Maverick Audio D1 from box is better than Yulong U100?


----------



## Sorbus

Got mine today, seems to work alright! Haven't tested yet with my KRK monitors.


----------



## Talai

Would the TubeMagic D1 be sufficient to drive Mad Dogs?


----------



## VTHokie83

Talai,
  
 First off let me say I have never tried Mad Dogs with either of my two systems, a Maverick D1 or Maverick D2 DAC/Schiit Magni combo (my current setup).
  
 Based on your post, my assumption is that you have the straight "Mad Dogs", and not the "Alpha Dogs". If so (and my assumption is you have the units based on the Fostek T20/40/50RP) then the impedance is 50Ohms. That being the case, then the Maverick D1 is more than adequate to drive the Mad Dogs. Hope this helps.


----------



## azooz

..................


----------



## azooz

TubeMagic _D1 Plus_ DAC
  
  i am going to use it with DT 990 PRO
  
 is It capable of feeding to the fullest ?
  
 Thanks


----------



## VTHokie83

azooz,
  
 First off, I never auditioned the DT990 Pro with the Maverick Audio D1.....so I cannot relate to you a personal listening experience.
  
 The most common DT990 Pro cans have a 250 Ohm impedence, some older units were also a available in 32 Ohm and 600 Ohm versions I believe. The Maverick D1 has the following published power output: 32 Ohm 1000MW, 300 Ohm 500MW, and 600 Ohm 300MW. so it sounds as if the D1 would work  very well with the DT990s.....in fact Byerdynamic's own A2 and A20 headphone amps have these power outputs 100 mW 600Ω,170 mW 250Ω,150 mW 32Ω. I do understand that ability to drive a certain resistance is not the only way to measure an amp, I surmise that the D1 would drive the 990s to deafening levels without distortion.
  
 Before purchasing though, I would contact Ryan at Maverick to get his take on the pairing....I found him to be responsive, helpful, and honest in his responses back to me; one more reason I purchased two units from his company (D1 and D2 DAC).
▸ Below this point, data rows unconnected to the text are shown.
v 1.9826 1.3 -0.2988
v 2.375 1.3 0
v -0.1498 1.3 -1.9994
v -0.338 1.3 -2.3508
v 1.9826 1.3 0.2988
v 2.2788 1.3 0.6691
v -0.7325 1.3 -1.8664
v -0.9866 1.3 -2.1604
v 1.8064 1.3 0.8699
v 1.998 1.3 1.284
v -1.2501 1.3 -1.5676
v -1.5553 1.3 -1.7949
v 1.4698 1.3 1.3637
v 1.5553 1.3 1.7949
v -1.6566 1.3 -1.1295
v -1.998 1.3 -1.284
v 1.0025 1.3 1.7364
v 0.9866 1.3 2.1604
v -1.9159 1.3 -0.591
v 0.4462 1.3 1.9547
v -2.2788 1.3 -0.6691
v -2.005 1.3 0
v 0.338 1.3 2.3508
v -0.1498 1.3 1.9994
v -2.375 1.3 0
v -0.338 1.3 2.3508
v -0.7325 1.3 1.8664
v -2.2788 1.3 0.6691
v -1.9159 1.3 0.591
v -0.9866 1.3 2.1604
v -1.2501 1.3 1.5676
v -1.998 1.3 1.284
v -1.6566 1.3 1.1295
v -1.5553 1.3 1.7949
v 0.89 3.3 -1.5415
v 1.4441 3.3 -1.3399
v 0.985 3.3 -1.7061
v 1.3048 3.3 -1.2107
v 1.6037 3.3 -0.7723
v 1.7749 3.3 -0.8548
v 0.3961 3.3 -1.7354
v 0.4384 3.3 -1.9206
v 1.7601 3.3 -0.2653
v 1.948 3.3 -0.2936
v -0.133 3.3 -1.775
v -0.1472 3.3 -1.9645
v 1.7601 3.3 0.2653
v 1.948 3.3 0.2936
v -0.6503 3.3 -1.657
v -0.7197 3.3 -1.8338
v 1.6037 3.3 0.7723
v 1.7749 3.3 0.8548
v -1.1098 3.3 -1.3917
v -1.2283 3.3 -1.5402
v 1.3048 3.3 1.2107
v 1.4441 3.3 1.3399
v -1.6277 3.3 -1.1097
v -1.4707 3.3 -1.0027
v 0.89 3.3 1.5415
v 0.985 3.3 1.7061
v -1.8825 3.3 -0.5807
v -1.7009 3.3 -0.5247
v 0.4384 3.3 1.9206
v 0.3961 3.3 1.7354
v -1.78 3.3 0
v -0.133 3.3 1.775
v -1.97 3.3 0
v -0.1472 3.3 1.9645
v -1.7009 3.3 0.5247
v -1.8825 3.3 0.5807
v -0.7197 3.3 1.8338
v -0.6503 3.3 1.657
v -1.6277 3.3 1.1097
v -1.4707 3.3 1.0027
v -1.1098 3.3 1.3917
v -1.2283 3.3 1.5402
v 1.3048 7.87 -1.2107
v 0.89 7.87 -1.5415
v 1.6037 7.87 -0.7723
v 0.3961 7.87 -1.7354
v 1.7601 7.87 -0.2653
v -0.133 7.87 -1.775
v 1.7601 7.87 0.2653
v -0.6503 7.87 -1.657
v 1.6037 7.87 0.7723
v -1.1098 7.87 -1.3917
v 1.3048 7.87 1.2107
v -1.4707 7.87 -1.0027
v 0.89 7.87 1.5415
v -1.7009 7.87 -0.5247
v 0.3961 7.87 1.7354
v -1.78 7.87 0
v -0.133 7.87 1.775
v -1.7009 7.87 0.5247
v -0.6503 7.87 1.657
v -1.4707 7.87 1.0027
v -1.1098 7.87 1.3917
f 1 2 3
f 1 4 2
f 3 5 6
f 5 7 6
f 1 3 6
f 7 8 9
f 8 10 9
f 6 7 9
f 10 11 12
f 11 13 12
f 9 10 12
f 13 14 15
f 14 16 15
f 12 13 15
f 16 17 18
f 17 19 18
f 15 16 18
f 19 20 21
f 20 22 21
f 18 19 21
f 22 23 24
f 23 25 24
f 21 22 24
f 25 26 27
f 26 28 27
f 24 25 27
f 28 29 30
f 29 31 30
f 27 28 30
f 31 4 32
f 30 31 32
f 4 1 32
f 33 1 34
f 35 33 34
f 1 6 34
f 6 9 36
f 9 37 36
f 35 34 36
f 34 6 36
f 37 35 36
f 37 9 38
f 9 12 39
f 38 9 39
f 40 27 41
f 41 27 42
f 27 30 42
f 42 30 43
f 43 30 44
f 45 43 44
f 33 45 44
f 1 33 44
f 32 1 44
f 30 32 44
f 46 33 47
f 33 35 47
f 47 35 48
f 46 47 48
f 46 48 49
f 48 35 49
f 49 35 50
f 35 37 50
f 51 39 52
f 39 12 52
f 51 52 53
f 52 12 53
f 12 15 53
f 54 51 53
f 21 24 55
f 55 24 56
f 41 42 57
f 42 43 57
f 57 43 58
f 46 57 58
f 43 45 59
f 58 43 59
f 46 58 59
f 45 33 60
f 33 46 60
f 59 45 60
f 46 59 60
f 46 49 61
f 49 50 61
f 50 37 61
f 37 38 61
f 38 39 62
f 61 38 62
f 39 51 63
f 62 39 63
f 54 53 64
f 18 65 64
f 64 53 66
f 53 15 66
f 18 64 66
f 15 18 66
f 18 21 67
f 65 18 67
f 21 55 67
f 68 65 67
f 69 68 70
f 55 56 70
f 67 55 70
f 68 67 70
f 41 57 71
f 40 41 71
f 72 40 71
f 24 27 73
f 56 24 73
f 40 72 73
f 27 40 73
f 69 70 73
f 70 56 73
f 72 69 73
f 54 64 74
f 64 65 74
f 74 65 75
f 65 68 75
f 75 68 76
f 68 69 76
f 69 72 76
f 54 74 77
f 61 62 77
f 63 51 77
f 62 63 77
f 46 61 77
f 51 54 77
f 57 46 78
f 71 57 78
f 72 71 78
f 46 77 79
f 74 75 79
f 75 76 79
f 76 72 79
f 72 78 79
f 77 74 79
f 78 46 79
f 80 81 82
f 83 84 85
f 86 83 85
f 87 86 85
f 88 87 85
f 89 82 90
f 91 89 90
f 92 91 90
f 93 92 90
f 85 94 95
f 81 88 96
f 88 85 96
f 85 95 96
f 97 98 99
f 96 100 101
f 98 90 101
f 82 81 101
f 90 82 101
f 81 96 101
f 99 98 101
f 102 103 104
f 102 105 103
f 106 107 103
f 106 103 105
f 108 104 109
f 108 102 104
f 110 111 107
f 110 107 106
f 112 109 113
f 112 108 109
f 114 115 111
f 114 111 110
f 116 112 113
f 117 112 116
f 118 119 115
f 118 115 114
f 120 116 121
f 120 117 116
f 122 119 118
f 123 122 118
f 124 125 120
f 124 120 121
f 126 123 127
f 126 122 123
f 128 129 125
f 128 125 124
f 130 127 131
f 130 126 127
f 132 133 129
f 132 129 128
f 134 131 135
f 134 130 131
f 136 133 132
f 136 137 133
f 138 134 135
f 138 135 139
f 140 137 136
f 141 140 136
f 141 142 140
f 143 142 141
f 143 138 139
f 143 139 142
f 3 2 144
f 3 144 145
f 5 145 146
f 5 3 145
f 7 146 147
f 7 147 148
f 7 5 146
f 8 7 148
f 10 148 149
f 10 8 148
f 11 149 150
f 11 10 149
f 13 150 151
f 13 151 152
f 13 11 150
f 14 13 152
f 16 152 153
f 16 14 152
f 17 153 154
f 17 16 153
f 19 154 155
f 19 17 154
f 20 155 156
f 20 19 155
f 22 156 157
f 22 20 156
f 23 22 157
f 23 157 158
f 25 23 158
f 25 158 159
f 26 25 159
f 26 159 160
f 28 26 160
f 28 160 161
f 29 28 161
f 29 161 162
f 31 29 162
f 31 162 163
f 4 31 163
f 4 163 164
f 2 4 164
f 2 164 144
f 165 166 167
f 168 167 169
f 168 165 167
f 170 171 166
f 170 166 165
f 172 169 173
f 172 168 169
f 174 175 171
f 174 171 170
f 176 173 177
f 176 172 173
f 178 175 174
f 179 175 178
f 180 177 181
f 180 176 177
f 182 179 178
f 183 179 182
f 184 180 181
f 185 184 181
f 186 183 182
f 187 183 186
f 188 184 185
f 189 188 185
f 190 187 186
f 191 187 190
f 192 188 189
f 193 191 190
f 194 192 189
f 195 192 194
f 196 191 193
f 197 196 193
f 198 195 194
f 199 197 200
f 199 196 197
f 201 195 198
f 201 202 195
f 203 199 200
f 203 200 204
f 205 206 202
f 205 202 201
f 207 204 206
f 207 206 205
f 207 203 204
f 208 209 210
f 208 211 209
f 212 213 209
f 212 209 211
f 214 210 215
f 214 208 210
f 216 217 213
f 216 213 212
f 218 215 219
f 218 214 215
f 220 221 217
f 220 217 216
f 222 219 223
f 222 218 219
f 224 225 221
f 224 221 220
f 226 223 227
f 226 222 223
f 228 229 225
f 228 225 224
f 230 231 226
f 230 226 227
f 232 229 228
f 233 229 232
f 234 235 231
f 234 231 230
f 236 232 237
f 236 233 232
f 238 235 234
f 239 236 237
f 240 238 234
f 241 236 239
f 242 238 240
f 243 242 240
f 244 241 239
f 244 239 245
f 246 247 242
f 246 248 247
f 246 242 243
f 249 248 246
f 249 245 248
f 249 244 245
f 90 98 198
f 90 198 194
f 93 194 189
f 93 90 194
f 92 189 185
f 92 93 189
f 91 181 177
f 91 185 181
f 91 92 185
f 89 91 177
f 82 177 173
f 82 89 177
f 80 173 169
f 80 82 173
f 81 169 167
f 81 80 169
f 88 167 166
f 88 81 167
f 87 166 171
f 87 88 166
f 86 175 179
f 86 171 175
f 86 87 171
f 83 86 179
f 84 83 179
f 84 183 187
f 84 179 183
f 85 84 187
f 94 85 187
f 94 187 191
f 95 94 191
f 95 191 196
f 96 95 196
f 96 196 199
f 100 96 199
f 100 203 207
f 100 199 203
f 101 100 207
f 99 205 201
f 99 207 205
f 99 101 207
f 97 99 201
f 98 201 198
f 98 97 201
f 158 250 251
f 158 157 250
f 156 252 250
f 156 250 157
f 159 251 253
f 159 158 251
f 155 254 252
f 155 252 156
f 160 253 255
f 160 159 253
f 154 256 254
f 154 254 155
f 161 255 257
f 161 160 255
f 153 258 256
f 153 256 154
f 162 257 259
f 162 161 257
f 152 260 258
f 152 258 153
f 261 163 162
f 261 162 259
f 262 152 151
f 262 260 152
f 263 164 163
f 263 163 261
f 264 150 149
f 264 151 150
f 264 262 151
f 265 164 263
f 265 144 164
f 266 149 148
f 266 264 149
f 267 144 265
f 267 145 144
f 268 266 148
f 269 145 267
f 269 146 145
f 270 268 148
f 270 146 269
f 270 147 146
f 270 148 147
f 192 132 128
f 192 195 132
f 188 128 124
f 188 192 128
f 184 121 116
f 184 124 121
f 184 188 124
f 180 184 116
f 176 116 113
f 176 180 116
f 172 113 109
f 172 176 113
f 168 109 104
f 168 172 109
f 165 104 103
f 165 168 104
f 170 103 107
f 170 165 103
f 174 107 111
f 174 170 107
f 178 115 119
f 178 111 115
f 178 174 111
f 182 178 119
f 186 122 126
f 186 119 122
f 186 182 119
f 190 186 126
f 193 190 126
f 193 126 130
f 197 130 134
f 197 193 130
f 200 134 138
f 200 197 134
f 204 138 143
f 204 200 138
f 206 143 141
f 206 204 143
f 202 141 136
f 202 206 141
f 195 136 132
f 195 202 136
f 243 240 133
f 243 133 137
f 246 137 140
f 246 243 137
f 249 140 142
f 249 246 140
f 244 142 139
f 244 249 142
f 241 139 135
You can contact him at http://www.mav-audio.com/base/product/ask-questions or info@mav-audio.com.
  
Please keep us updated on your progress.


----------



## sweetsuicides

Hi everybody!
  Thanks to everybody for the dedication in making a better world for good audio enthusiasts.
  My question is:
  I read on the beginning of the thread that the DAC section inputs downsamples everything to 16bit 48MHz. Does the D1 PlusEdition still suffer from this? Thank you in advance for your replies!


----------



## VTHokie83

Sweetsuicides, I believe the following is true.....if not please correct me.
  
 The D1 and D1 Plus "upsample" not "downsample".
  
 The standard D1 handles 24bit/96khz data in native mode as long as the input is via the coax or optical digital connections, USB input is  16bit/48khz,,,,,,anything other than that will be upsampled to 24bit/96khz I believe.
  
 The D1 Plus handles 24bit/196khz in native via the coax or optical digital input, and will upsample lesser input to 196khz, USB input is 24bit/96khz.


----------



## sweetsuicides

Thank you
VTHokie83
 you have been extremely helpful!


----------



## sizzlincok

Upgraded to the D1 plus after so long.


----------



## bbond007

sorbus said:


> I'm considering D1 as my first DAC / headphone amp. Am I correct thinking that I could use the knob to control my active speaker's volume with basic model's knob, not with the plus version? Could I connect my KRK's to the tube out with rca-xlr or should I use the normal out?
> 
> Sorry for the dumb questions, I'm new with these things.


 
  
 After you place the order you'll get a conformation email and you can reply to that email with any special requests.
  
 I took that opportunity to requested that my TubeMagic D1+ be configured so that the volume control knob controls RCA output in addition to headphone output. Ryan from Mav-audio replied back and said that he would do that for me   
  
 I am using it with a set of Audio Engine A2 powered speakers on the tube pre-out. They (the A2) do have a volume knob but its located on the back of the speaker. 
  
 The sound is really nice.  A2 never sounded better.


----------



## Tamirci

One local guy offered me an exchange of 2-3 months old Mav D1 to my Matrix M-Stage. I am using hd650 as hp, Qls Qa360 as transport. It has line out, optical out coax out features.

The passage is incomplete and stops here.